When I demanded that the movement follow Meany and Hook, I was savagely attacked by my own comrades for “sectarianism,” of all things. George Meany could afford to stand on principle. He after all led the labor movement (the very movement we had always argued was the only foundation of social democracy). Hook had his tenured position at NYU. But who were we to vote for Nixon? I shamelessly cast that vote. I think many other Shachtmanites shamefully did the same, but only in the privacy of the voting booth. A lot of good it did me, or them.

The Knell Sounds

            Many years before, the great German economist Werner Sombart proclaimed America’s invulnerability to European socialism, predicting that it would founder on “reefs of apple pie and shoals of roast beef.” We few American socialists sought to refute Sombart by adapting our cause to the realities of our “exceptional” country with what we thought was a revolutionary strategic innovation, “Realignment.” Actually our strategy was not so innovative; the Communists had pioneered it in the Thirties when they embraced Roosevelt’s New Deal and powered their way into the Democratic party. But they had squandered everything in favor of their unshakeable devotion to Stalin’s USSR. The eruption of the Cold War soon after WW II raised a foreign policy issue that they could not reconcile with their successful role in domestic politics.
            Communism’s ignominious exit from the role of respected vanguard of the Left in American politics left a vacuum which we democratic socialists had every expectation of of being able to fill. And why not? We had their socialist critique of capitalism, their program of gradual rather than revolutionary social change, and their brilliant, “Exceptionalist” tactic of working through the Democratic party rather than mindless third-party emulation of Europe’s independent labor party model. Equally important, we had our anti-Communism, rooted in decades of heart-breaking struggle against Stalinism’s “syphilitic influence” (Trotsky’s phrase) in the labor movement, among the liberals, and in all the other key constituencies of the anti-capitalist movement. It was therefore devastating to have this marvelous conjunction of principle, doctrine, strategy and tactics blow up in our faces with the rise of the anti-war movement. “Coalition politics” became a curse-word on the left, anti-Communism was redefined as ideological dope by Senator Fulbright, and the New Deal was denounced as “corporate fascism” by many of its own liberal sponsors. The very thing that had happened to the Stalinists with the rise of the Cold War, now happened to us – a foreign policy issue arose which  we could not reconcile with our vaunted “coalition politics” model!
            In the wake of this wreckage, conclusions had to be reached and adjustments had to be made, which our little movement was not eager to face.

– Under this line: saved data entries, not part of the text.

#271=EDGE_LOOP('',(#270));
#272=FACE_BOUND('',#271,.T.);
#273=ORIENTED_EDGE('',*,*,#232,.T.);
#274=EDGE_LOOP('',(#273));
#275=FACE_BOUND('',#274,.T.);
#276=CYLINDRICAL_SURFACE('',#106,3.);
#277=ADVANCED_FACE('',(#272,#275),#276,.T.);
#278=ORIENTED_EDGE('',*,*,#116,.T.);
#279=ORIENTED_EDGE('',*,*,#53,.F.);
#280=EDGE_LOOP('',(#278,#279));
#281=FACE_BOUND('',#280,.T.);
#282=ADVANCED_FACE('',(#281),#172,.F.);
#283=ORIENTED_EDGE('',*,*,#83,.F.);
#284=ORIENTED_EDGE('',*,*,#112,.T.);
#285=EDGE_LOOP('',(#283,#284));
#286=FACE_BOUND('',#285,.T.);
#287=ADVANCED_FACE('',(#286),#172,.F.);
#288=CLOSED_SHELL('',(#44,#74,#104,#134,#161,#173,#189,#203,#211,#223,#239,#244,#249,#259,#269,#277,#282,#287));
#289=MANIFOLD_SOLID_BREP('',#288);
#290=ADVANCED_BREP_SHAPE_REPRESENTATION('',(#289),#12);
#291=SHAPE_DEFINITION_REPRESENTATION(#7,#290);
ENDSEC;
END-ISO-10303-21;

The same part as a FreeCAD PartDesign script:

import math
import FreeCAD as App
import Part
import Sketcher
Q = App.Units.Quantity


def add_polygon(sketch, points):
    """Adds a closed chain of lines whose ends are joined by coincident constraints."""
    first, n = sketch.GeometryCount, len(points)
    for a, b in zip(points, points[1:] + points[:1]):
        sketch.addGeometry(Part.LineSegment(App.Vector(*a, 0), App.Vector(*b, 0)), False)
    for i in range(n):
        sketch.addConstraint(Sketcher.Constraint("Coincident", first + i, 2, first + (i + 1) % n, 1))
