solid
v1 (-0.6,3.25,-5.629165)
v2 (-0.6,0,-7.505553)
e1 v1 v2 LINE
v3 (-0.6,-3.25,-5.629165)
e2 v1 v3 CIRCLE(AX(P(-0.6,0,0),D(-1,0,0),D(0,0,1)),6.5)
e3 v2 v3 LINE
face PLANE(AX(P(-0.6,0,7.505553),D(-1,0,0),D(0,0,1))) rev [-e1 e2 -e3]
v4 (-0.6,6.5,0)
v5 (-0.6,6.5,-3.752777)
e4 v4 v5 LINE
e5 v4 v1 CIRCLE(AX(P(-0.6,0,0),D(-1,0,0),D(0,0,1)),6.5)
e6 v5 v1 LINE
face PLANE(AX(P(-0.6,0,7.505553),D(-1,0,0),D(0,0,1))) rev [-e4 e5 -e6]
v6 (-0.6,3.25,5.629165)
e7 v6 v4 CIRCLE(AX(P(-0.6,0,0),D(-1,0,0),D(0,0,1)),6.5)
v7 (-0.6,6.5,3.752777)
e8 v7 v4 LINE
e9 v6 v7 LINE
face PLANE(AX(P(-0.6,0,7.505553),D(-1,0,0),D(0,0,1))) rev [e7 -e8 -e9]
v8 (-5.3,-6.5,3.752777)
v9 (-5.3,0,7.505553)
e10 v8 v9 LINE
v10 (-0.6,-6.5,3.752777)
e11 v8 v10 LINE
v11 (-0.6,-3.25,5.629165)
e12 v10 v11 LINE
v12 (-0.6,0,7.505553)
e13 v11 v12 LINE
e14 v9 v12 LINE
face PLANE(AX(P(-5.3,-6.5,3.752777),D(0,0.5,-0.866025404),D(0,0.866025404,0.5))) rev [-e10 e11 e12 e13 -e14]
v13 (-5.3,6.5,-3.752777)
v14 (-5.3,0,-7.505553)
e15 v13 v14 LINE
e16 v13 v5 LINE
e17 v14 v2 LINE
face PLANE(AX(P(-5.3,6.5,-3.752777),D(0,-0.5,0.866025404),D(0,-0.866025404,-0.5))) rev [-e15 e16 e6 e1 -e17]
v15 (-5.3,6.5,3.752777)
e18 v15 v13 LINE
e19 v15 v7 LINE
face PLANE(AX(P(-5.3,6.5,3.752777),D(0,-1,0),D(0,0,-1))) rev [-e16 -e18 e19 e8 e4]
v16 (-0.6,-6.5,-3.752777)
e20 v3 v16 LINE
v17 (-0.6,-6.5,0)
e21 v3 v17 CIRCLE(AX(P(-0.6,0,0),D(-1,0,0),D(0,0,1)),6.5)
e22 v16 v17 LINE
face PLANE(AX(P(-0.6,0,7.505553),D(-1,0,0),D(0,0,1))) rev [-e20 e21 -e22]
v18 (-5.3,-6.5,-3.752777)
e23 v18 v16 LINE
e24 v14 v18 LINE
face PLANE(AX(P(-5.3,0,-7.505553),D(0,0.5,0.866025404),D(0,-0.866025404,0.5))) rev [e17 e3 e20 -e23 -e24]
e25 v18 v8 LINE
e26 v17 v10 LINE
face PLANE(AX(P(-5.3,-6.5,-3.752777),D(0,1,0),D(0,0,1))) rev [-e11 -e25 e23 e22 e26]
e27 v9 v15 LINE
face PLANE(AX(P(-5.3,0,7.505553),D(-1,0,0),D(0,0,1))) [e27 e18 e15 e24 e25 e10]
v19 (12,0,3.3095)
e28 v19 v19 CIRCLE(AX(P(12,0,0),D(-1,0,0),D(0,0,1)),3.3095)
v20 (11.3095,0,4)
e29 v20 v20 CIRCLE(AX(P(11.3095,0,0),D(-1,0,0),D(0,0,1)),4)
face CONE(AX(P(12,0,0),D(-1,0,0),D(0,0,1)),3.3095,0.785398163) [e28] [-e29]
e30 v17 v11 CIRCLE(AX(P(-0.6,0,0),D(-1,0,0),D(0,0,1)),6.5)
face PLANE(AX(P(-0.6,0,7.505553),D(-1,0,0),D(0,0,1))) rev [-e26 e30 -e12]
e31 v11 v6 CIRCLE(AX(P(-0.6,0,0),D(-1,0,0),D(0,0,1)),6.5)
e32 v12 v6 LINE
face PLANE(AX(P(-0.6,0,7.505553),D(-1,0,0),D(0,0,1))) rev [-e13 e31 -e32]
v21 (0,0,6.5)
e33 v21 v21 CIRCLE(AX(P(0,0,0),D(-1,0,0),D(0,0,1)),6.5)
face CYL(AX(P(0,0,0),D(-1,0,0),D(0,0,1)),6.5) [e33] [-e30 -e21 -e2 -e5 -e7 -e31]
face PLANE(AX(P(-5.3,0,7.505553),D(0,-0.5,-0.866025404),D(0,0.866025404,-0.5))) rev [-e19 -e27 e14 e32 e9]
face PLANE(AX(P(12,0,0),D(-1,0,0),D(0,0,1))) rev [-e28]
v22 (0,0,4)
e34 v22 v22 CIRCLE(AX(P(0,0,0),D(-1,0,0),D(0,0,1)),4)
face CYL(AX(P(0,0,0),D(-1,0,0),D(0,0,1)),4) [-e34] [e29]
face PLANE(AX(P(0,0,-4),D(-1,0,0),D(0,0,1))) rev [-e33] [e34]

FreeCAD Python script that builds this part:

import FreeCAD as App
import Part
import Sketcher

V = App.Vector
Q = App.Units.Quantity


def add_polygon(sketch, points):
    """Adds a closed chain of lines whose ends are joined by coincident constraints."""
    first, n = sketch.GeometryCount, len(points)
    for a, b in zip(points, points[1:] + points[:1]):
        sketch.addGeometry(Part.LineSegment(App.Vector(*a, 0), App.Vector(*b, 0)), False)
    for i in range(n):
        sketch.addConstraint(Sketcher.Constraint("Coincident", first + i, 2, first + (i + 1) % n, 1))

doc = App.newDocument("Part")
params = doc.addObject("Spreadsheet::Sheet", "Params")
for row, (alias, value) in enumerate([
    ("sketch1_width", "0.6 mm"),
    ("sketch1_width2", "12.6 mm"),
    ("sketch1_height", "2.5 mm"),
    ("sketch1_height2", "6.5 mm"),
    ("revolution_angle", "360 deg"),
    ("pad1_length", "4.7 mm"),
], start=1):
    params.set(f"A{row}", alias)
    params.set(f"B{row}", "=" + value)
    params.setAlias(f"B{row}", alias)

body = doc.addObject("PartDesign::Body", "Body")

# Sketch on XZ plane
sketch1 = doc.addObject("Sketcher::SketchObject", "Sketch")
body.addObject(sketch1)
sketch1.AttachmentSupport = (doc.XZ_Plane, [""])
sketch1.MapMode = "FlatFace"
add_polygon(sketch1, [(12, -3.3), (11.3, -4), (0, -4), (0, -6.5), (-0.6, -6.5), (-0.6, 0), (12, 0)])  # lines 0-6
sketch1.addConstraint(Sketcher.Constraint("Horizontal", 1))
sketch1.addConstraint(Sketcher.Constraint("Vertical", 2))
sketch1.addConstraint(Sketcher.Constraint("Horizontal", 3))
sketch1.addConstraint(Sketcher.Constraint("Vertical", 4))
sketch1.addConstraint(Sketcher.Constraint("Horizontal", 5))
sketch1.addConstraint(Sketcher.Constraint("Vertical", 6))
sketch1.addConstraint(Sketcher.Constraint("PointOnObject", 1, 2, -2))
sketch1.addConstraint(Sketcher.Constraint("PointOnObject", 4, 2, -1))
sketch1.addConstraint(Sketcher.Constraint("Angle", 0, Q("-135 deg")))
sketch1.addConstraint(Sketcher.Constraint("DistanceX", 3, 2, 3, 1, 0.6))
sketch1.addConstraint(Sketcher.Constraint("DistanceX", 5, 1, 5, 2, 12.6))
sketch1.addConstraint(Sketcher.Constraint("DistanceY", 2, 2, 2, 1, 2.5))
sketch1.addConstraint(Sketcher.Constraint("DistanceY", 4, 1, 4, 2, 6.5))
sketch1.addConstraint(Sketcher.Constraint("DistanceX", 1, 2, 1, 1, 11.3095))
sketch1.setExpression("Constraints[16]", "Params.sketch1_width")
sketch1.setExpression("Constraints[17]", "Params.sketch1_width2")
sketch1.setExpression("Constraints[18]", "Params.sketch1_height")
sketch1.setExpression("Constraints[19]", "Params.sketch1_height2")
revolution = doc.addObject("PartDesign::Revolution", "Revolution")
body.addObject(revolution)
revolution.Profile = sketch1
revolution.ReferenceAxis = (sketch1, ["H_Axis"])
revolution.setExpression("Angle", "Params.revolution_angle")

# Sketch on YZ plane
sketch2 = doc.addObject("Sketcher::SketchObject", "Sketch001")
body.addObject(sketch2)
sketch2.AttachmentSupport = (doc.YZ_Plane, [""])
sketch2.MapMode = "FlatFace"
sketch2.AttachmentOffset = App.Placement(V(0, 0, -0.6), App.Rotation())
add_polygon(sketch2, [(0, 8), (6, 4), (6, -4), (0, -8), (-6, -4), (-6, 4)])  # lines 0-5
sketch2.addConstraint(Sketcher.Constraint("Vertical", 1))
sketch2.addConstraint(Sketcher.Constraint("Vertical", 4))
sketch2.addConstraint(Sketcher.Constraint("Symmetric", 0, 2, 3, 2, -1, 1))
sketch2.addConstraint(Sketcher.Constraint("Symmetric", 2, 2, 5, 2, -1, 1))
sketch2.addConstraint(Sketcher.Constraint("PointOnObject", 2, 2, -2))
sketch2.addConstraint(Sketcher.Constraint("Parallel", 2, 5))
sketch2.addConstraint(Sketcher.Constraint("Horizontal", 1, 2, 3, 2))
sketch2.addConstraint(Sketcher.Constraint("Angle", 0, Q("-30 deg")))
sketch2.addConstraint(Sketcher.Constraint("DistanceX", 3, 2, 1, 2, 13.0))
sketch2.addConstraint(Sketcher.Constraint("DistanceY", 1, 2, 1, 1, 7.505554))
pad1 = doc.addObject("PartDesign::Pad", "Pad")
body.addObject(pad1)
pad1.Profile = sketch2
pad1.setExpression("Length", "Params.pad1_length")
pad1.Reversed = True

doc.recompute()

Unfortunately, Shachtman, our one leader with the prestige necessary to implement this task, picked this moment to die of heart failure, on Nov. 4, 1972. Fortunately, his replacement – me – was eagerly waiting in the wings to pick up where Max inconsiderately left off. But it turned out that my socialist colleagues were somewhat less eager to anoint me in this new role than I was to assume it. On the contrary, as I was soon to discover, they were busily preparing to reorganize the Socialist Party and YPSL – or at least their own careers – around the principle of an anti-Communist foreign policy, all the while pretending that coalition politics was as viable as ever. Later it became clear that the spook Jay Lovestone, rather than the theoretician Tom Milstein, would inherit the mantle of Max Shachtman.
            I cannot claim to be the victim of an actual purge, but my presence and that of my few followers became more and more inconvenient to the movement’s leadership. Eventually political life became impossible for us (mainly due to a campaign led by Carl Gershman, and supported by Kahn, Kemble, Muravchik and others), so we grew beards and formed our own little splinter which we named “the Marathon Group.” Nobody paid much attention to us (except Irwin Suall, my old boss at the Anti-Defamation League, who thought we might become “dangerous”), which was understandable, since we didn’t last long. We did publish several issues of a theoretical journal called The Real World (our opponents had been telling us to join “the real world”), in which appeared several articles analyzing the American political debacle. Most of my YPSL comrades who joined in supporting the Marathon Group did so I’m sure in the hope that a socialist flame could be kept flickering in America. I was not so sanguine, and saw our group more as a vehicle for exploring why the flame had finally blown out, not just in the U.S., but throughout the world.
            In the meantime, our former comrades expelled themselves from New York and undertook a grand aliyah to Washington, D.C., where they spent the rest of their lives burrowing into that city’s gigantic foreign policy bureaucracy, with varying degrees of success. They would soon stop calling themselves socialists or even social democrats and mostly end up as irregulars in Irving Kristol’s neo-Conservative brigade. All this happened as New York itself was bottoming out in one of its periodic descents into the heart of darkness, which cast its own pall over our little Fun City enterprise. I’m afraid that in our hearts, many of us “Milsteinites” wondered if we had been “left behind”  by the foreign policy rapture which many of our former comrades now found so uplifting.
           

Chapter Four

Trilogy

The American Paradigm (April, 1976)

            The Real World was aimed at exploring in theoretical terms the reasons for socialism’s latest American imbroglio. Our declared hope was that by uncovering these reasons, we might find some basis for resurrecting the movement. But all of us agreed that we ought not make the rebirth of socialism our final purpose. It was altogether possible and even likely that the history of socialism had witnessed enough deaths and resurrections. All we really owed the movement in that case was a decent burial.
            My first attempt to answer this question appeared in April, 1976, and was entitled “Statement of Purpose,” i.e. the purpose of the Marathon Group. It should have been called “The American Paradigm.” (That title derives from T.S. Kuhn’s The Structure of Scientific Revolutions.) It sought to prove that the events of the 20th Century had replaced the French Revolution with American history as the proper model for understanding politics. It attributed socialism’s decline to its unwillingness to surrender a Eurocentric paradigm, from which sprang the Left-Right spectrum dominant in modern political analysis, in favor of one which derived from the history of the world’s new dominant power – America. It concluded with the rather feeble hope that the new paradigm would revitalize socialism.
            The American Paradigm was thus borne out of an attempt to critique Marxism. As such, it was written in Marxese, not English, an odd choice of language for a theory which hoped to “Americanize” socialism. In what follows, I shall endeavor to correct that error, rather than merely summarize what I wrote in The Real World. As Marx himself somewhere notes, the language of analysis should not be confused with the language of exposition.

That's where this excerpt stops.